I tried. I have the extremely common problem with Windows 7. Copy & paste doesn't work. There is one solution. Replace with a Mac. : (


----------



## SenhorFrio (Apr 29, 2010)

rural, i don't really do much so i like the peaceful enviorments


----------



## ibage (May 5, 2012)

Easily downtown. I'd love to keep an anonymous identity in a buzzing city.


----------



## Larxene (Nov 24, 2011)

I'd probably live in an active city or metropolis, because that's where I can have easy access to physical resources like books, computers, computer assessories, stationery, etc.

I don't mind peaceful rurals, as long as the place is beautiful and benign, and if I have access to resources. My past experience of the rural area wasn't exactly pleasant.

No dangerous places for me, I don't have nine lives! >.<


----------



## Blazy (Oct 30, 2010)

Aqualung said:


> I tried. I have the extremely common problem with Windows 7. Copy & paste doesn't work. There is one solution. Replace with a Mac. : (


You won't get results if you merely just copied and pasted your images from your computer directly to the Internet. There are couple options for you to try:

*1)* In the reply box, somewhere next to the Emoticon button (usually to the right of it) should be more icons. Click on the one with a tree, and you can directly upload your images from there.
*2)* Go to any image uploading site (I recommend TinyPic - Free Image Hosting, Photo Sharing & Video Hosting), and from there upload the images and copy and paste the URL to the image.

Am eager to see the photos, and.... Macs can be evil, too.


----------



## LibertyPrime (Dec 17, 2010)

Medium sized city full of culture, parks, old buildings and interesting places to go to. Yeah no new world stuff for me, I like castles and ancient buildings, so Japan, Europe, China or what have you that isn't the USA, Canada or some other really young place.

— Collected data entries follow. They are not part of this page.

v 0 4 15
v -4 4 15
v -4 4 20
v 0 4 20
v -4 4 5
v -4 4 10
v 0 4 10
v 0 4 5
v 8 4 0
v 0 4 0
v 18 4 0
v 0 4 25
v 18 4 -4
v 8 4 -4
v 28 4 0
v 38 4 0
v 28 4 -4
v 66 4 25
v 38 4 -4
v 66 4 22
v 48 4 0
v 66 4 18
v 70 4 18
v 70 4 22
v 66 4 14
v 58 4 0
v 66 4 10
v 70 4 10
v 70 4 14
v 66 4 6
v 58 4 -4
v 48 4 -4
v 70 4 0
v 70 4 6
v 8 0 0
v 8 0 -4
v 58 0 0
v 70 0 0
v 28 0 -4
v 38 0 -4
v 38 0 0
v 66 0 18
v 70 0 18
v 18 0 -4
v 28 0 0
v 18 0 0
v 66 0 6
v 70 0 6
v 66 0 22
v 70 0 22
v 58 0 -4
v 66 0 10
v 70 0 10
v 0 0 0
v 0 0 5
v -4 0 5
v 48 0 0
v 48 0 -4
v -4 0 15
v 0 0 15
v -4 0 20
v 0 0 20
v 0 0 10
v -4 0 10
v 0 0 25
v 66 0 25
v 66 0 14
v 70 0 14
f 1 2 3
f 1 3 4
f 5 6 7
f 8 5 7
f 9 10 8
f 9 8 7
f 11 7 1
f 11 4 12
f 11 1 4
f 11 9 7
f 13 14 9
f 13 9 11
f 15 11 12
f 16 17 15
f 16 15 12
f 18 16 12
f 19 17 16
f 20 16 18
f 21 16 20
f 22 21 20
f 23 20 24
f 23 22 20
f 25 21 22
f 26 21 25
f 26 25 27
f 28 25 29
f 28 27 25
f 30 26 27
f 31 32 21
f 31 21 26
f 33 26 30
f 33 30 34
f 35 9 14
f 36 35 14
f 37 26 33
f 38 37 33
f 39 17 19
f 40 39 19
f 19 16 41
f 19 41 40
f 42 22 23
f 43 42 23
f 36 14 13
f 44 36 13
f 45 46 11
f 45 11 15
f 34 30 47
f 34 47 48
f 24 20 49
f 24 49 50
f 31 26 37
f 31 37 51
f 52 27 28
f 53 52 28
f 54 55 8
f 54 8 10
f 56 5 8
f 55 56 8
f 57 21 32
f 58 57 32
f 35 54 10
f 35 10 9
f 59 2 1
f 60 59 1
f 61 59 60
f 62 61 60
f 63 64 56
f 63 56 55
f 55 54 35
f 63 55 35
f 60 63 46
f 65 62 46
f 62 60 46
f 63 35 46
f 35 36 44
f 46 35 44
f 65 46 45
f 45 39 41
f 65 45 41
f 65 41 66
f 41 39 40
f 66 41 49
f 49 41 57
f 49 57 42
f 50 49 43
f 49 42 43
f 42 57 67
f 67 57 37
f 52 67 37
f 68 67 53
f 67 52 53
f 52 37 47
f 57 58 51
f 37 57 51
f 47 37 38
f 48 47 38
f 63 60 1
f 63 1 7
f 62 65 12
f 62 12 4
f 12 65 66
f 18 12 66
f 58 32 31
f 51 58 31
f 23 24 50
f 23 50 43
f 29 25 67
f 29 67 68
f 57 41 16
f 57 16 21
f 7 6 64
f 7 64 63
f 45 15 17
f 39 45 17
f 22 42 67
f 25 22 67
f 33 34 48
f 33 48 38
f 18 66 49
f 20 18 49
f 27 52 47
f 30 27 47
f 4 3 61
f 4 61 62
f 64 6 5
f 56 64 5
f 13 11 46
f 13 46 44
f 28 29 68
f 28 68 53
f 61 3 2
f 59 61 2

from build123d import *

# Parameters (mm, degrees)
SKETCH1_W           = 66
SKETCH1_H           = 25
BOSS_EXTRUDE1_DEPTH = 4
SKETCH2_W           = 4
SKETCH2_H           = 5
BOSS_EXTRUDE2_DEPTH = 4
LPATTERN1_COUNT     = 2
LPATTERN1_PITCH     = 10
SKETCH3_W           = 10
SKETCH3_H           = 4
BOSS_EXTRUDE3_DEPTH = 4
LPATTERN2_COUNT     = 2
LPATTERN2_PITCH     = 20
LPATTERN2_COL_COUNT = 2
LPATTERN2_COL_PITCH = 20
SKETCH5_W           = 4
SKETCH5_H           = 6
SKETCH5_H_2         = 4
BOSS_EXTRUDE4_DEPTH = 4


with BuildPart() as part:
    # Sketch1 → Boss-Extrude1 (new body)
    with BuildSketch(Plane(origin=(0, 0, 0), x_dir=(1, 0, 0), z_dir=(0, 1, 0))):
        with Locations((33, -12.5)):
            Rectangle(SKETCH1_W, SKETCH1_H)
    extrude(amount=BOSS_EXTRUDE1_DEPTH)

    # Sketch2 → Boss-Extrude2 (add, through all)
    with BuildSketch(Plane(origin=(0, 4, 0), x_dir=(1, 0, 0), z_dir=(0, 1, 0))):
        with Locations((-2, -7.5)):
            Rectangle(SKETCH2_W, SKETCH2_H)
    boss_extrude2 = extrude(amount=-BOSS_EXTRUDE2_DEPTH)

    # LPattern1: Boss-Extrude2 ×2
    with Locations(*[(0, 0, i * LPATTERN1_PITCH) for i in range(1, LPATTERN1_COUNT)]):
        add(boss_extrude2)

    # Sketch3 → Boss-Extrude3 (add, through all)
    with BuildSketch(Plane(origin=(0, 4, 0), x_dir=(1, 0, 0), z_dir=(0, 1, 0))):
        with Locations((33, 2)):
            Rectangle(SKETCH3_W, SKETCH3_H)
    boss_extrude3 = extrude(amount=-BOSS_EXTRUDE3_DEPTH)

    # LPattern2: Boss-Extrude3 ×2
    with Locations(*[(i * LPATTERN2_PITCH, 0, 0) for i in range(1, LPATTERN2_COUNT)]):
        add(boss_extrude3)

    # LPattern2 col: Boss-Extrude3 ×2
    with Locations(*[(-i * LPATTERN2_COL_PITCH, 0, 0) for i in range(1, LPATTERN2_COL_COUNT)]):
        add(boss_extrude3)

    # Sketch5 → Boss-Extrude4 (add, through all)
    with BuildSketch(Plane(origin=(0, 4, 0), x_dir=(1, 0, 0), z_dir=(0, 1, 0))):
        with Locations((68, -3)):
            Rectangle(SKETCH5_W, SKETCH5_H)
        with Locations((68, -12)):
            Rectangle(SKETCH5_W, SKETCH5_H_2)
        with Locations((68, -20)):
            Rectangle(SKETCH5_W, SKETCH5_H_2)
    extrude(amount=-BOSS_EXTRUDE4_DEPTH)


solid = part.part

Also I like a good internet connection.


----------



## SnowFairy (Nov 21, 2011)

I'd like a cozy little house tucked away in the mountains (either in Alaska, the Pacifc Northwest, or Norway); just far enough away from everything to feel like a retreat, but just close enough to a town so that it wouldn't feel completely secluded.


----------



## Sybok (Mar 9, 2012)

_Active Cities/Downtowns

I moved from my village (3000+ people) to Berlin and it was like a salvation. In villages, the people watch the other in their neighbourhood, talking, etc.. in cities less^^ I need the slightly noisy enviroment out there (cars, people), its inspiring walking through the streets. etc. oh, as introvert member of the society, I like to be myself here
_


----------



## Benja (Jan 26, 2012)

Peaceful rural all the way for me.

I need my freedom.


----------



## Fallen Nocturne (May 13, 2012)

I would have gone for suburbs if it wasn't for the 'ghetto' addition. Though I think Suburbs means something different here in the UK anyway. Here it means somewhere in the city, but isn't quite as densely packed as downtown. I like that sort of balance. My city-suburbia isn't too densely populated to the point where you just merge in with the crowd, but not empty enough that everyone on the bus tries to talk to you. Plenty of services around, but not saturated and shooting into the skyline. I think I'd find the inner city claustrophobic, I certainly felt that way when I've been to central London before. Rural villages? Boring...


----------



## hannachi (Jun 23, 2012)

Aqualung said:


> I picked "other". I love the desert mountains of New Mexico. There are a few houses scattered around some of them. Some are far away from the city but not in total isolation. THAT is where I want to live someday. The desert mountains feed my spirit like no other place I've been to.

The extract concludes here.